### Exercise
Below is a listing. Set down exactly the lines from the one containing "277.366717604), (-614.079509741, 274.178894571))" through the one containing "The same part", both ends included, and leave out the rest.

### Dataset records

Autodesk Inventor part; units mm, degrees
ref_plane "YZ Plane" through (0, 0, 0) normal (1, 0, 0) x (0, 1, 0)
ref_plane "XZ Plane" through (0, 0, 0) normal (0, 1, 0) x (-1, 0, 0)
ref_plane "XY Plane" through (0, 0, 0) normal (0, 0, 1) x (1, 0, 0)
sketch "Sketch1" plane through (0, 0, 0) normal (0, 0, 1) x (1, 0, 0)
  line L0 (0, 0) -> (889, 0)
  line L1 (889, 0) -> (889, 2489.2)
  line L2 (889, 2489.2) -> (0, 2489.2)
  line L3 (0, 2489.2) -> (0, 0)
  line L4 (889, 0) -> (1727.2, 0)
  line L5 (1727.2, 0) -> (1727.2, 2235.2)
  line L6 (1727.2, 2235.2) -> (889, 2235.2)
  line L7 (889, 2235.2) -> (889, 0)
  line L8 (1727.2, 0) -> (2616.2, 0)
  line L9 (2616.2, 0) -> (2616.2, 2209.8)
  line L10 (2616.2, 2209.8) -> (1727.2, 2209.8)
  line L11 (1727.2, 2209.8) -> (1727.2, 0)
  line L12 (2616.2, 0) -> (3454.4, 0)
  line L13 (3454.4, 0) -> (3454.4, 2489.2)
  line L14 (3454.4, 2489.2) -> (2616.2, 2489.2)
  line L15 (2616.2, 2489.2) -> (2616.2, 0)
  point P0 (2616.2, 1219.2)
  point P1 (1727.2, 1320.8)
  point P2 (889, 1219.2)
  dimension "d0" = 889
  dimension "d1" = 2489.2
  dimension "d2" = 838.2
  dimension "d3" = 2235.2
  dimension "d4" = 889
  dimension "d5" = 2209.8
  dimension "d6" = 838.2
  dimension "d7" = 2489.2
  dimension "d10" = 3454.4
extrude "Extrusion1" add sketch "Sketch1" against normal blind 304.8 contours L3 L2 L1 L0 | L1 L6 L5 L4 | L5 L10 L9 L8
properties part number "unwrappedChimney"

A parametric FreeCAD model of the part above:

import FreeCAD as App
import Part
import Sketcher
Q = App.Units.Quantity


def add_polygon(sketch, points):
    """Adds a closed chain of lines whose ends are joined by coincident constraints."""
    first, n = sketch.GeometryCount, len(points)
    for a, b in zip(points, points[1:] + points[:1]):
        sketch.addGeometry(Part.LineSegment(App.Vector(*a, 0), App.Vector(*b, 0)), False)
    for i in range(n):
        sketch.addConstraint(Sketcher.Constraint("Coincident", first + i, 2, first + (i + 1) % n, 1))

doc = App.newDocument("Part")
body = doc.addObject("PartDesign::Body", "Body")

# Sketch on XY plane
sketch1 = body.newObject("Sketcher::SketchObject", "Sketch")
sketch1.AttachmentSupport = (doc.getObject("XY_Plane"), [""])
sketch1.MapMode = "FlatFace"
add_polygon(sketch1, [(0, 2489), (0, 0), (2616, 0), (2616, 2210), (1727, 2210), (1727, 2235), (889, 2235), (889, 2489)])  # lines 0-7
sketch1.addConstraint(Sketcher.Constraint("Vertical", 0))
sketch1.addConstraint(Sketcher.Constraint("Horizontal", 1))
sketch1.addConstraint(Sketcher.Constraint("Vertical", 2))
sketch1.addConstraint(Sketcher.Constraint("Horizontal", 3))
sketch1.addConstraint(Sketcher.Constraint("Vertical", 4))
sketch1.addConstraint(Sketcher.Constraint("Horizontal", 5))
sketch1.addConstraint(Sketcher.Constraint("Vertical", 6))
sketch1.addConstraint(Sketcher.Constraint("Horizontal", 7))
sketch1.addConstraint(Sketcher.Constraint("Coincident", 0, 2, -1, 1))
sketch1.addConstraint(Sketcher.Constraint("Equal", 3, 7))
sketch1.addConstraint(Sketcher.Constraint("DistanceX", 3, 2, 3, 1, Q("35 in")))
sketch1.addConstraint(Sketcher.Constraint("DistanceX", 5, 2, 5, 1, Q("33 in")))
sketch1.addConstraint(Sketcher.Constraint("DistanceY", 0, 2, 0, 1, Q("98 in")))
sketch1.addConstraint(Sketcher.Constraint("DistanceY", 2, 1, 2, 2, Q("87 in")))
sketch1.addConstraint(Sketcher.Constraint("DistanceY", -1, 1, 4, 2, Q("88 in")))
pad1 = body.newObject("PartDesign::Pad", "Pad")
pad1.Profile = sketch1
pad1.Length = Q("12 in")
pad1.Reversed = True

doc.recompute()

...

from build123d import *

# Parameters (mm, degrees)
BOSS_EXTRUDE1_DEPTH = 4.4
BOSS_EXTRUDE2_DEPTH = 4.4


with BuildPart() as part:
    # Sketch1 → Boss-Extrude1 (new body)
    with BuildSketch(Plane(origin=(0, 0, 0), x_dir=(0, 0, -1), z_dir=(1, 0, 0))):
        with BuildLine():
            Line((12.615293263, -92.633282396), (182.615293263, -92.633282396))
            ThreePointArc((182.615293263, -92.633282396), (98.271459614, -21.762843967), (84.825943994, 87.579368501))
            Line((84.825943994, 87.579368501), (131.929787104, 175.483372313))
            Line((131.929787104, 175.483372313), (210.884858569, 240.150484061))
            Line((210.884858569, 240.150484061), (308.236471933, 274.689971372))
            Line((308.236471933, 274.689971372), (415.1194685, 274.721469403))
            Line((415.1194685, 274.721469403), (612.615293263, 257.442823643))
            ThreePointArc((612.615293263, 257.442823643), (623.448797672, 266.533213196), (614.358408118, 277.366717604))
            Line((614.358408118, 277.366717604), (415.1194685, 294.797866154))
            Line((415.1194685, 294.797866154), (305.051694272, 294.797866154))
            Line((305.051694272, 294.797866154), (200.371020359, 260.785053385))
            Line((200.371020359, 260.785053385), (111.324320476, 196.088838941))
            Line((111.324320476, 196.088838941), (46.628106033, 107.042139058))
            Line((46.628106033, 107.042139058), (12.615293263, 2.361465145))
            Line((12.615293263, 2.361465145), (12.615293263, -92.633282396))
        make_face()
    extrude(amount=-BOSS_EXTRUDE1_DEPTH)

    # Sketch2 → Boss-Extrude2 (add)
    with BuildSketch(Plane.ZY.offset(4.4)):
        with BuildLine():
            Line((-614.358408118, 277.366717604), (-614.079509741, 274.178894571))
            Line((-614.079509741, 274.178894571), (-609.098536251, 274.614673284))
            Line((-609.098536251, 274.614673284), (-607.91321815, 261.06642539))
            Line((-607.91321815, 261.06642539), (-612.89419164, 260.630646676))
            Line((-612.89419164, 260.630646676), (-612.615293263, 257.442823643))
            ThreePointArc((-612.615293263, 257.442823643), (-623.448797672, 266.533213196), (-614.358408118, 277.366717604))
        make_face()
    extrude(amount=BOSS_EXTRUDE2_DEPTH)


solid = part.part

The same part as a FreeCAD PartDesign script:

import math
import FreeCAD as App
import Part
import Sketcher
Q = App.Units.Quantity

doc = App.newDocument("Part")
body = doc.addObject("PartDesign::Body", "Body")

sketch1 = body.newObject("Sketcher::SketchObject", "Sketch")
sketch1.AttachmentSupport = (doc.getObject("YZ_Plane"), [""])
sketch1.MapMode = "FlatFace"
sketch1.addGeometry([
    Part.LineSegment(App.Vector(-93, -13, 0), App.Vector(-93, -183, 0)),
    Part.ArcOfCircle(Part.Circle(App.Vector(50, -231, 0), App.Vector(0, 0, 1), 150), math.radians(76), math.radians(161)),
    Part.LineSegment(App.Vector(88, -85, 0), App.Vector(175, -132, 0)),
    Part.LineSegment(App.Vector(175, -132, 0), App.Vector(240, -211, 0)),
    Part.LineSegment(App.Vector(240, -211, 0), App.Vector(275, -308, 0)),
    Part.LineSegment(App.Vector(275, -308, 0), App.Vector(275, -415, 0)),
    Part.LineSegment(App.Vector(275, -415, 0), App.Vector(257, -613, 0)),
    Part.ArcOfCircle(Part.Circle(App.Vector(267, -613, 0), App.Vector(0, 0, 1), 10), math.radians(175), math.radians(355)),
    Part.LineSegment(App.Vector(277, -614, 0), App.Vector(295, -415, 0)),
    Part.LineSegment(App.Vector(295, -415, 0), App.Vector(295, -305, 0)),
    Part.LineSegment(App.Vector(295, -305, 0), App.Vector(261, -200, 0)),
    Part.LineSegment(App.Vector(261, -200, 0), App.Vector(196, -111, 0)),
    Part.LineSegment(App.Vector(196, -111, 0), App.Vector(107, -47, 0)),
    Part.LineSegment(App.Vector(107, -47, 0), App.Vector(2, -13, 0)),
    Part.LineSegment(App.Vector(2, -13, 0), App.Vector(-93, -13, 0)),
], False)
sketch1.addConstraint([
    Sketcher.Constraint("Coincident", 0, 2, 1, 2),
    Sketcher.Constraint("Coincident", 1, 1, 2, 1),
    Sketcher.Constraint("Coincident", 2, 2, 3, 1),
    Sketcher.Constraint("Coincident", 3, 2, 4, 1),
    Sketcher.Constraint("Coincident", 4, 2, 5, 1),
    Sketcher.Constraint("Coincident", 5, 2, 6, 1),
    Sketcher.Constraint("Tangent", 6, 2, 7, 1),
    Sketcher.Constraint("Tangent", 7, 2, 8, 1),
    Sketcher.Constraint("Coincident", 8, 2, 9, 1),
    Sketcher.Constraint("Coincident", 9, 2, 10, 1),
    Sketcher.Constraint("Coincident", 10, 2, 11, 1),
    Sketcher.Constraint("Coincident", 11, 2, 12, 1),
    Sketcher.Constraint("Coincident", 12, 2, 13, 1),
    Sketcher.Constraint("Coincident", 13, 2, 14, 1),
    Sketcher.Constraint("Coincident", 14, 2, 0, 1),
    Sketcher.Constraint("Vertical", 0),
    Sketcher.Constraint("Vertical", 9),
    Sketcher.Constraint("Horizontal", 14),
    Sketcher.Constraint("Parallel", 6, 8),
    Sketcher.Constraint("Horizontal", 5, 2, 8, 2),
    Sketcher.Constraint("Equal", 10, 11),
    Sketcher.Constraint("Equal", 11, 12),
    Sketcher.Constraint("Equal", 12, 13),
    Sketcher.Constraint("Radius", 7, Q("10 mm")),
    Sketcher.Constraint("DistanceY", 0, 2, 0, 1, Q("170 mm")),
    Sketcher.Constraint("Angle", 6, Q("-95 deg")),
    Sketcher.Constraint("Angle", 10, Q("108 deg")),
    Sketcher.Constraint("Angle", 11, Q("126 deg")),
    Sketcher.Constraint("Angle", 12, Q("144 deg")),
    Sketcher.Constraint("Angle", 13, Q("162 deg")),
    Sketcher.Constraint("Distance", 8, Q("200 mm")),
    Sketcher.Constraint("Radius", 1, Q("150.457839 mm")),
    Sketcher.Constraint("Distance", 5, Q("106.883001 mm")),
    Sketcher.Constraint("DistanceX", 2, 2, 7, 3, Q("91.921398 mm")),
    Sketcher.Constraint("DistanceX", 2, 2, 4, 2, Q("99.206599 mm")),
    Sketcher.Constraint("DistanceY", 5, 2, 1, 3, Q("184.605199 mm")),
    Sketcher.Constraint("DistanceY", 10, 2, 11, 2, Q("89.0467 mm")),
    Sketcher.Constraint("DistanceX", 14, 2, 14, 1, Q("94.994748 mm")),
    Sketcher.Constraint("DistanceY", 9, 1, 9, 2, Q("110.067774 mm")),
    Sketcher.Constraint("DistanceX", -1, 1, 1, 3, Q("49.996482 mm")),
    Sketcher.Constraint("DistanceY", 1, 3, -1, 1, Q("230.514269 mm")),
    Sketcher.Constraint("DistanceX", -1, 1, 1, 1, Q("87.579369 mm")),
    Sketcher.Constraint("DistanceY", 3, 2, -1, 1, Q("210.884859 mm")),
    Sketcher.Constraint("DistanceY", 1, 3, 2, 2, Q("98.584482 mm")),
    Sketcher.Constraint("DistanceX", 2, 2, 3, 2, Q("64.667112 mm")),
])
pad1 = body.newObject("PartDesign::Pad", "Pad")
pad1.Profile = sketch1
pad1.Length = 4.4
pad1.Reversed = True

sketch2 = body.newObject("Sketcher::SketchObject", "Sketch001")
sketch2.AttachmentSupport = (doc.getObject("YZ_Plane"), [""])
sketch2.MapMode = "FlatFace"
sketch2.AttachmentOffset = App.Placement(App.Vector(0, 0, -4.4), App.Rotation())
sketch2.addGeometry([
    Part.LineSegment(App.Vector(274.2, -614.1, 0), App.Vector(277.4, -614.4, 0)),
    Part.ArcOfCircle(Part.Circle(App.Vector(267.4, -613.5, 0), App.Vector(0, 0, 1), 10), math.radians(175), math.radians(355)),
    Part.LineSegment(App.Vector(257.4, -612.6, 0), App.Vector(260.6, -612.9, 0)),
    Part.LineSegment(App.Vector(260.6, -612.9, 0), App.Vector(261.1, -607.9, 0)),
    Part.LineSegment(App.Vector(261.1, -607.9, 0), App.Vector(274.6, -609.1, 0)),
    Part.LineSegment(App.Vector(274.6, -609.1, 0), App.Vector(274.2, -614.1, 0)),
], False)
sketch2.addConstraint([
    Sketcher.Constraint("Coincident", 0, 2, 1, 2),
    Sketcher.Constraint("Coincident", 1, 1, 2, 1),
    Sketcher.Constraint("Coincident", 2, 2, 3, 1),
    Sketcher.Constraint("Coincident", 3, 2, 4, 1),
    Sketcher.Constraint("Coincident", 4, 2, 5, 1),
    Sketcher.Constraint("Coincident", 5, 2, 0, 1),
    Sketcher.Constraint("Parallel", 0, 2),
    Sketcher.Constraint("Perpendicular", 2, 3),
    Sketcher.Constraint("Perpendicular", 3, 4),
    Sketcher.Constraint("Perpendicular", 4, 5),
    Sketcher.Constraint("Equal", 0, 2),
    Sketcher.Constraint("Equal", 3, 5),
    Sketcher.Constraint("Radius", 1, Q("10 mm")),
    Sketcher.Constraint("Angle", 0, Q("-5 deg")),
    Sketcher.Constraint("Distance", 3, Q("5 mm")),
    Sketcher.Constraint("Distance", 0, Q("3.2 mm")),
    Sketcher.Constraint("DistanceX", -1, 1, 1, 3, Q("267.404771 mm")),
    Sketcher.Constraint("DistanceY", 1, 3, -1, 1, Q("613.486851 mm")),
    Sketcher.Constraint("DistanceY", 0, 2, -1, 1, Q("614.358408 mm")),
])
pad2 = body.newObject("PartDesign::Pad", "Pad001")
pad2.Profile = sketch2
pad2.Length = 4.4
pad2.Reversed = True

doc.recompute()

### Your response
            Line((-614.358408118, 277.366717604), (-614.079509741, 274.178894571))
            Line((-614.079509741, 274.178894571), (-609.098536251, 274.614673284))
            Line((-609.098536251, 274.614673284), (-607.91321815, 261.06642539))
            Line((-607.91321815, 261.06642539), (-612.89419164, 260.630646676))
            Line((-612.89419164, 260.630646676), (-612.615293263, 257.442823643))
            ThreePointArc((-612.615293263, 257.442823643), (-623.448797672, 266.533213196), (-614.358408118, 277.366717604))
        make_face()
    extrude(amount=BOSS_EXTRUDE2_DEPTH)


solid = part.part

The same part as a FreeCAD PartDesign script:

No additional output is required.